Елизавета Боярская приезжала в Минск как актриса спектакля «Жизнь и судьба», поставленного легендарным режиссером Львом Додиным в Малом драматическом театре. В интервью с Елизаветой мы воздержались от привычных ей вопросов о семейных ценностях, материнстве и домашнем очаге, зато поговорили о национализме, обнаженке на сцене и шутках над Михаилом Боярским.
КТО: | дочь Боярского |
---|---|
ПОЧЕМУ: | мы посмотрели на Елизавету в спектакле «Жизнь и судьба» |
ОБРАТИТЬ ВНИМАНИЕ НА ФРАЗУ: | «Когда кого-то определяют — еврей, антисемит, гомосексуалист, — ничем хорошим это не заканчивается» |
— Елизавета, читала ваши интервью, а они, как правило, очень добрые: о семье, о любимом сыне, о ролях.
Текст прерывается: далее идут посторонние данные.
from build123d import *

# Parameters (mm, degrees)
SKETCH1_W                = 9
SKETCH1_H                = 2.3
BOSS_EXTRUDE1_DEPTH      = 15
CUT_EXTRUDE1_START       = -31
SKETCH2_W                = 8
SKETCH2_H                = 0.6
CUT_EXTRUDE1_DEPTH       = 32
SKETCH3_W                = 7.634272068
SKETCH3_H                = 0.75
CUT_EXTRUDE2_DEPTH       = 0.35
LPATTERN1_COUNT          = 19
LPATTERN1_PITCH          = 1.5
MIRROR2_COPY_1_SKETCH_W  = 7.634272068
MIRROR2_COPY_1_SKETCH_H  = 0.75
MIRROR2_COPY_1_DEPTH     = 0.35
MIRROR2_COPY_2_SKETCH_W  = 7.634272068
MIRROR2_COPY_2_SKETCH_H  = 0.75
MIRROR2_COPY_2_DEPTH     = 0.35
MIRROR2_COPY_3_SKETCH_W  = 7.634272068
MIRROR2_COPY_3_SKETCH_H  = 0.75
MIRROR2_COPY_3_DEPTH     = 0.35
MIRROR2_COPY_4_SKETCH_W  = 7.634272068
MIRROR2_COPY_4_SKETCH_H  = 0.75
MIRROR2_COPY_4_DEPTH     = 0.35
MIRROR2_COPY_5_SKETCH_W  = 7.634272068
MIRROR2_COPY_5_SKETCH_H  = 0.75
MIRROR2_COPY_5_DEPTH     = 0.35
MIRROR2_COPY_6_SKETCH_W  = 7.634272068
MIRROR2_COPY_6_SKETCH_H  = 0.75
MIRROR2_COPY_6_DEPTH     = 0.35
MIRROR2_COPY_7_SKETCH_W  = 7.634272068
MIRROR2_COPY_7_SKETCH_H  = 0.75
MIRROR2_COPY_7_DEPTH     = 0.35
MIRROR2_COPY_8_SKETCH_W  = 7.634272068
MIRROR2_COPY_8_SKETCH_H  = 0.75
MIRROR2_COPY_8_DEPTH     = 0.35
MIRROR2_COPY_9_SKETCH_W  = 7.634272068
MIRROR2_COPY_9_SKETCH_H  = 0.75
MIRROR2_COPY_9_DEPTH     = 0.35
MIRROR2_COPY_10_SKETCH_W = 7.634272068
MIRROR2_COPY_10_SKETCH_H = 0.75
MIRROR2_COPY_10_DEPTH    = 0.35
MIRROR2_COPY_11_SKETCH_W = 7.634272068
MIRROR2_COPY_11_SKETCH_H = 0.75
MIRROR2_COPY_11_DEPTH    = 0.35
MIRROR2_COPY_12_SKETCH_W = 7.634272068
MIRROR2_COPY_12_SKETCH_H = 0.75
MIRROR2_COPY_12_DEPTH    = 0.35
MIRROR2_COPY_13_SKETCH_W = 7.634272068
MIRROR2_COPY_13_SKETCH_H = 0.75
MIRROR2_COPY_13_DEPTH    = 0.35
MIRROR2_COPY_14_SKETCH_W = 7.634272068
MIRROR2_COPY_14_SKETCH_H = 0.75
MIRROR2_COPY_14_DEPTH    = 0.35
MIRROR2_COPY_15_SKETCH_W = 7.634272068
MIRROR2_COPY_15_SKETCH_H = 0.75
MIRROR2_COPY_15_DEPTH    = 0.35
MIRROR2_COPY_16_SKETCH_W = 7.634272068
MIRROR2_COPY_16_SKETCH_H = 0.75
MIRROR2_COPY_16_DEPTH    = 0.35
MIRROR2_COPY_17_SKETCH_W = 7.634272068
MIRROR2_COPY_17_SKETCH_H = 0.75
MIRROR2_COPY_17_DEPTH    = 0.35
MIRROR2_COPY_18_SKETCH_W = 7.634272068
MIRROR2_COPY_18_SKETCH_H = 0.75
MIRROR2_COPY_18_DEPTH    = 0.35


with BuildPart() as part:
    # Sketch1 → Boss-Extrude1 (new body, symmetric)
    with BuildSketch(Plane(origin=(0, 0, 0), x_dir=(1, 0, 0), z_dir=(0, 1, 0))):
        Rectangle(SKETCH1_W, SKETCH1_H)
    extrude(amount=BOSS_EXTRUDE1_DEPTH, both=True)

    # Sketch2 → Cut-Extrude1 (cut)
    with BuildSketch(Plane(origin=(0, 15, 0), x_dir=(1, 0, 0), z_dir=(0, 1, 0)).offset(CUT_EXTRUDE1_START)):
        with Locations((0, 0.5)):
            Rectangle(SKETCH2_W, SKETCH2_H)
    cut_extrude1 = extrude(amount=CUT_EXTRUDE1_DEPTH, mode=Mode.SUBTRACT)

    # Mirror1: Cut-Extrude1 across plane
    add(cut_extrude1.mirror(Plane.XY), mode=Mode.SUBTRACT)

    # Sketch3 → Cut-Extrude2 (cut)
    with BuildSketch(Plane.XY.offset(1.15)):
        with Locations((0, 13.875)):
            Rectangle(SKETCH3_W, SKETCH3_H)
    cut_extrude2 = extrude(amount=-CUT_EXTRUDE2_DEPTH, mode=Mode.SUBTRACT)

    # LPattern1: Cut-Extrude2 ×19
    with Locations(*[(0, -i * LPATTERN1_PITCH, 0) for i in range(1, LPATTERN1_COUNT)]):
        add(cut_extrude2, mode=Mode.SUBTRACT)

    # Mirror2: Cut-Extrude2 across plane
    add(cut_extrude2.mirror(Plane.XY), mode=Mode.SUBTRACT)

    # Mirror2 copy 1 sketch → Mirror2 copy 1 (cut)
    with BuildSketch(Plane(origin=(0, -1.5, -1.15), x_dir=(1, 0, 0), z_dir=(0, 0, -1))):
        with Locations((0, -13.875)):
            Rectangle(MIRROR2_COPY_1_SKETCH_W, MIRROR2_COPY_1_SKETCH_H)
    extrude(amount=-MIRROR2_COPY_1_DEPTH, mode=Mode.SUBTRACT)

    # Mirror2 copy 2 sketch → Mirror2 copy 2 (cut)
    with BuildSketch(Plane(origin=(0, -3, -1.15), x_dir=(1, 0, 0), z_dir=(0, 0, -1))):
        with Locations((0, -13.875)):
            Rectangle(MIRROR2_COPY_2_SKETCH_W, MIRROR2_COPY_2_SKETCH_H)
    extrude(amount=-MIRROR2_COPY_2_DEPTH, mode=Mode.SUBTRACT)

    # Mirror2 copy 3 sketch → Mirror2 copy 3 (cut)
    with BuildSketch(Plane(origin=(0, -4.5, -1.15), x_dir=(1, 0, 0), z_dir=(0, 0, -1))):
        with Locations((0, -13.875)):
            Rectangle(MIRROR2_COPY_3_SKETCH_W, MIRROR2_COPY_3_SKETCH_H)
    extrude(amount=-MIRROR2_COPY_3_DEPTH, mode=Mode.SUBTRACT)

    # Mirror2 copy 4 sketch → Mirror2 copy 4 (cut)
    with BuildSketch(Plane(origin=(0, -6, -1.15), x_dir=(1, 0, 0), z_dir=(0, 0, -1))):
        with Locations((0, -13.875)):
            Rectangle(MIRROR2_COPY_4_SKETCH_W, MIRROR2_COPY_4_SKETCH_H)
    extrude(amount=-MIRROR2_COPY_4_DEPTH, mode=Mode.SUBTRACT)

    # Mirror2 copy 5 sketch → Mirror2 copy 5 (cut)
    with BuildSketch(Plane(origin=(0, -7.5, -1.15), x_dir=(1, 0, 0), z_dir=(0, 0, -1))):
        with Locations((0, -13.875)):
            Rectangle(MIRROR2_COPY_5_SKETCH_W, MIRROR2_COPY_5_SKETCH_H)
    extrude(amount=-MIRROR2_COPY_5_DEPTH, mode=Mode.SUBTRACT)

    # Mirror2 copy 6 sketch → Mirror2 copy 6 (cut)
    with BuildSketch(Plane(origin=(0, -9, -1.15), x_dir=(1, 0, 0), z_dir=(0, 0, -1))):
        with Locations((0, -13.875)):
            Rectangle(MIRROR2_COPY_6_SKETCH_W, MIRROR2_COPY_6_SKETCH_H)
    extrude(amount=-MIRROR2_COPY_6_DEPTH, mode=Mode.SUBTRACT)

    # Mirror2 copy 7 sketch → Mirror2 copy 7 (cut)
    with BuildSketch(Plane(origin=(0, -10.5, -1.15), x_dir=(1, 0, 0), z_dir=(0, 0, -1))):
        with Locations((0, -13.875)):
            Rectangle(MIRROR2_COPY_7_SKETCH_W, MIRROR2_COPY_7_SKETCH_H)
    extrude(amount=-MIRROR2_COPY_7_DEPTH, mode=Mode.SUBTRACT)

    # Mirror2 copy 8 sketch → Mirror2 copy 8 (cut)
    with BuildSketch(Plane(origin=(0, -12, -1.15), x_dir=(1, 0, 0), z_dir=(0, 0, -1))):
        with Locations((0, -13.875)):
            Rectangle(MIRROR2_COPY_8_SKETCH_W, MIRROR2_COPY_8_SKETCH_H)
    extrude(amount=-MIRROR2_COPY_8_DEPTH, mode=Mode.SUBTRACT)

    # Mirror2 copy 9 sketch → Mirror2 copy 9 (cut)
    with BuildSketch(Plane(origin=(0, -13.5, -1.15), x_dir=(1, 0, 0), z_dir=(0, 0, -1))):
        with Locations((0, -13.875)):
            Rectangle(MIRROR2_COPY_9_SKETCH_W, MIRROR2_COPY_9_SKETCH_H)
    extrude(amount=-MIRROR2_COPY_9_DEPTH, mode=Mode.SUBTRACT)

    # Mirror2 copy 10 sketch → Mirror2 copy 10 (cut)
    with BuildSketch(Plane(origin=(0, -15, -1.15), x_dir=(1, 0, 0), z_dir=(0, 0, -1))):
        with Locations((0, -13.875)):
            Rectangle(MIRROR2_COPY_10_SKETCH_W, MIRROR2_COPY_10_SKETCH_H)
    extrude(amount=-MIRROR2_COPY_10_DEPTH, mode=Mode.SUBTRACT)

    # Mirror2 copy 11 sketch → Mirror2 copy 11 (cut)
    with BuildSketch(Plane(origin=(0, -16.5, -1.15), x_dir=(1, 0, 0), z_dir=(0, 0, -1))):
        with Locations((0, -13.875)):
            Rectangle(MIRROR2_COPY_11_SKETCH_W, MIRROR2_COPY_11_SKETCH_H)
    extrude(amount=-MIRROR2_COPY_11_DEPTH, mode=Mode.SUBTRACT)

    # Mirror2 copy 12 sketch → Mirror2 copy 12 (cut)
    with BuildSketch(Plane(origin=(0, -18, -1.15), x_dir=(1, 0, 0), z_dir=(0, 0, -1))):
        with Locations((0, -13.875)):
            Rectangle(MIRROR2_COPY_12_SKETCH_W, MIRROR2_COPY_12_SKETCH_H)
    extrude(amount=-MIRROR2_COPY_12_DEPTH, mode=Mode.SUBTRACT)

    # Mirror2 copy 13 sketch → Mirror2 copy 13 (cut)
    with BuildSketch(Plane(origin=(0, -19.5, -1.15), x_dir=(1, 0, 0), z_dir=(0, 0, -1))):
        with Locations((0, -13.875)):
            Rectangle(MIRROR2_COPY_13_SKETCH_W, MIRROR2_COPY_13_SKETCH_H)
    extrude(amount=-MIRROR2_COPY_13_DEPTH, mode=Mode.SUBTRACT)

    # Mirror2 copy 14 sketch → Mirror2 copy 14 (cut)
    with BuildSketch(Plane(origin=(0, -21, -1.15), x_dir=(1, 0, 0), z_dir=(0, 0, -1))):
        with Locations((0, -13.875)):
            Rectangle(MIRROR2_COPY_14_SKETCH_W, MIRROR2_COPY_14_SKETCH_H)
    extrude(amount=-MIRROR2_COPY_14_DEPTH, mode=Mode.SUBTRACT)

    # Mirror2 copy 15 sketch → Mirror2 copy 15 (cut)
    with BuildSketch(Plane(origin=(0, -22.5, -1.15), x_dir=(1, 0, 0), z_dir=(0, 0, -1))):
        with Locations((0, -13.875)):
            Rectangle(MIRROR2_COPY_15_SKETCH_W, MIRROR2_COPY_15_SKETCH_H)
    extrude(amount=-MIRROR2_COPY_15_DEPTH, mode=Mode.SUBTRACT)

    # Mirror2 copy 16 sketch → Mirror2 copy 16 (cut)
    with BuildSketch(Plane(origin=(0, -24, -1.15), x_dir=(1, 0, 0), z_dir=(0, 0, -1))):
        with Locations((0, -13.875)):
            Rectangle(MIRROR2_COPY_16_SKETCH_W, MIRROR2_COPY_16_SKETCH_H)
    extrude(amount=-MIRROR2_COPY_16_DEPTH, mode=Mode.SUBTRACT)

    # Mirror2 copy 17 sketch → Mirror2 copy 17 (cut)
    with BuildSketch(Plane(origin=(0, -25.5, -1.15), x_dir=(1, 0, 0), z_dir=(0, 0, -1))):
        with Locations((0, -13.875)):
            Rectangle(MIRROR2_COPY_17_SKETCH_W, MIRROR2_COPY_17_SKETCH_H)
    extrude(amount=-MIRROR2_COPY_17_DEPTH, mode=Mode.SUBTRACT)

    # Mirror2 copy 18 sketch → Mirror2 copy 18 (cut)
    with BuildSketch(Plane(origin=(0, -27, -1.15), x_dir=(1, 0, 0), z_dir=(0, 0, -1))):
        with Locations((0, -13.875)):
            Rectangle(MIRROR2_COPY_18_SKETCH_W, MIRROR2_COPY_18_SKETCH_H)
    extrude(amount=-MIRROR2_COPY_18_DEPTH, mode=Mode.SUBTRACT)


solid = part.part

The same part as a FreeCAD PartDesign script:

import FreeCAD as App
import Part
import Sketcher

V = App.Vector


def add_polygon(sketch, points):
    """Adds a closed chain of lines whose ends are joined by coincident constraints."""
    first, n = sketch.GeometryCount, len(points)
    for a, b in zip(points, points[1:] + points[:1]):
        sketch.addGeometry(Part.LineSegment(App.Vector(*a, 0), App.Vector(*b, 0)), False)
    for i in range(n):
        sketch.addConstraint(Sketcher.Constraint("Coincident", first + i, 2, first + (i + 1) % n, 1))

doc = App.newDocument("Part")
body = doc.addObject("PartDesign::Body", "Body")

sketch1 = body.newObject("Sketcher::SketchObject", "Sketch")
sketch1.AttachmentSupport = (doc.getObject("XZ_Plane"), [""])
sketch1.MapMode = "FlatFace"
add_polygon(sketch1, [(-4.5, -1.1), (-4.5, 1.1), (4.5, 1.1), (4.5, -1.1)])
sketch1.addConstraint([
    Sketcher.Constraint("Vertical", 0),
    Sketcher.Constraint("Horizontal", 1),
    Sketcher.Constraint("Vertical", 2),
    Sketcher.Constraint("Horizontal", 3),
    Sketcher.Constraint("Symmetric", 0, 2, 2, 2, -1, 1),
    Sketcher.Constraint("DistanceX", 1, 1, 1, 2, 9.0),
    Sketcher.Constraint("DistanceY", 0, 1, 0, 2, 2.3),
])
pad1 = body.newObject("PartDesign::Pad", "Pad")
pad1.Profile = sketch1
pad1.Length = 30
pad1.Midplane = True

sketch2 = body.newObject("Sketcher::SketchObject", "Sketch001")
sketch2.AttachmentSupport = (doc.getObject("XZ_Plane"), [""])
sketch2.MapMode = "FlatFace"
sketch2.AttachmentOffset = App.Placement(V(0, 0, 16), App.Rotation())
add_polygon(sketch2, [(-4, -0.8), (-4, -0.2), (4, -0.2), (4, -0.8)])
sketch2.addConstraint([
    Sketcher.Constraint("Vertical", 0),
    Sketcher.Constraint("Horizontal", 1),
    Sketcher.Constraint("Vertical", 2),
    Sketcher.Constraint("Horizontal", 3),
    Sketcher.Constraint("DistanceX", 1, 1, 1, 2, 8.0),
    Sketcher.Constraint("DistanceY", 0, 1, 0, 2, 0.6),
    Sketcher.Constraint("DistanceX", 0, 2, -1, 1, 4.0),
    Sketcher.Constraint("DistanceY", 0, 2, -1, 1, 0.2),
])
pocket1 = body.newObject("PartDesign::Pocket", "Pocket")
pocket1.Profile = sketch2
pocket1.Length = 32
doc.recompute()

mirrored = body.newObject("PartDesign::Mirrored", "Mirrored")
mirrored.Originals = [pocket1]
mirrored.MirrorPlane = (doc.getObject("XY_Plane"), [""])
body.Tip = mirrored

sketch3 = body.newObject("Sketcher::SketchObject", "Sketch002")
sketch3.AttachmentSupport = (doc.getObject("XY_Plane"), [""])
sketch3.MapMode = "FlatFace"
sketch3.AttachmentOffset = App.Placement(V(0, 0, 1.15), App.Rotation())
add_polygon(sketch3, [(-3.8, 14.2), (-3.8, 13.5), (3.8, 13.5), (3.8, 14.2)])
sketch3.addConstraint([
    Sketcher.Constraint("Vertical", 0),
    Sketcher.Constraint("Horizontal", 1),
    Sketcher.Constraint("Vertical", 2),
    Sketcher.Constraint("Horizontal", 3),
    Sketcher.Constraint("DistanceY", 0, 2, 0, 1, 0.75),
    Sketcher.Constraint("DistanceY", -1, 1, 0, 2, 13.5),
    Sketcher.Constraint("DistanceX", 1, 1, 1, 2, 7.634272),
    Sketcher.Constraint("DistanceX", 0, 2, -1, 1, 3.817136),
])
pocket2 = body.newObject("PartDesign::Pocket", "Pocket001")
pocket2.Profile = sketch3
pocket2.Length = 0.35
doc.recompute()

linearpattern = body.newObject("PartDesign::LinearPattern", "LinearPattern")
linearpattern.Originals = [pocket2]
linearpattern.Direction = (doc.getObject("Y_Axis"), [""])
linearpattern.Mode = "offset"
linearpattern.Offset = 1.5
linearpattern.Occurrences = 19
linearpattern.Reversed = True
body.Tip = linearpattern
doc.recompute()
Острых вопросов вы избегаете. Можно ли сегодня быть доброй, чистой и при этом популярной актрисой?
— Можно быть добрым честным человеком, необязательно актрисой: учительницей, врачом, безработным. Можно и нужно. И это единственное, что в жизни важно. Честно говоря, о семье меня вынуждают рассказывать: вопросы журналистов располагают к тому, чтобы беседа получилась задушевной и затрапезной. Очень редко интервью берут только о работе — и это удивляет и очень подкупает.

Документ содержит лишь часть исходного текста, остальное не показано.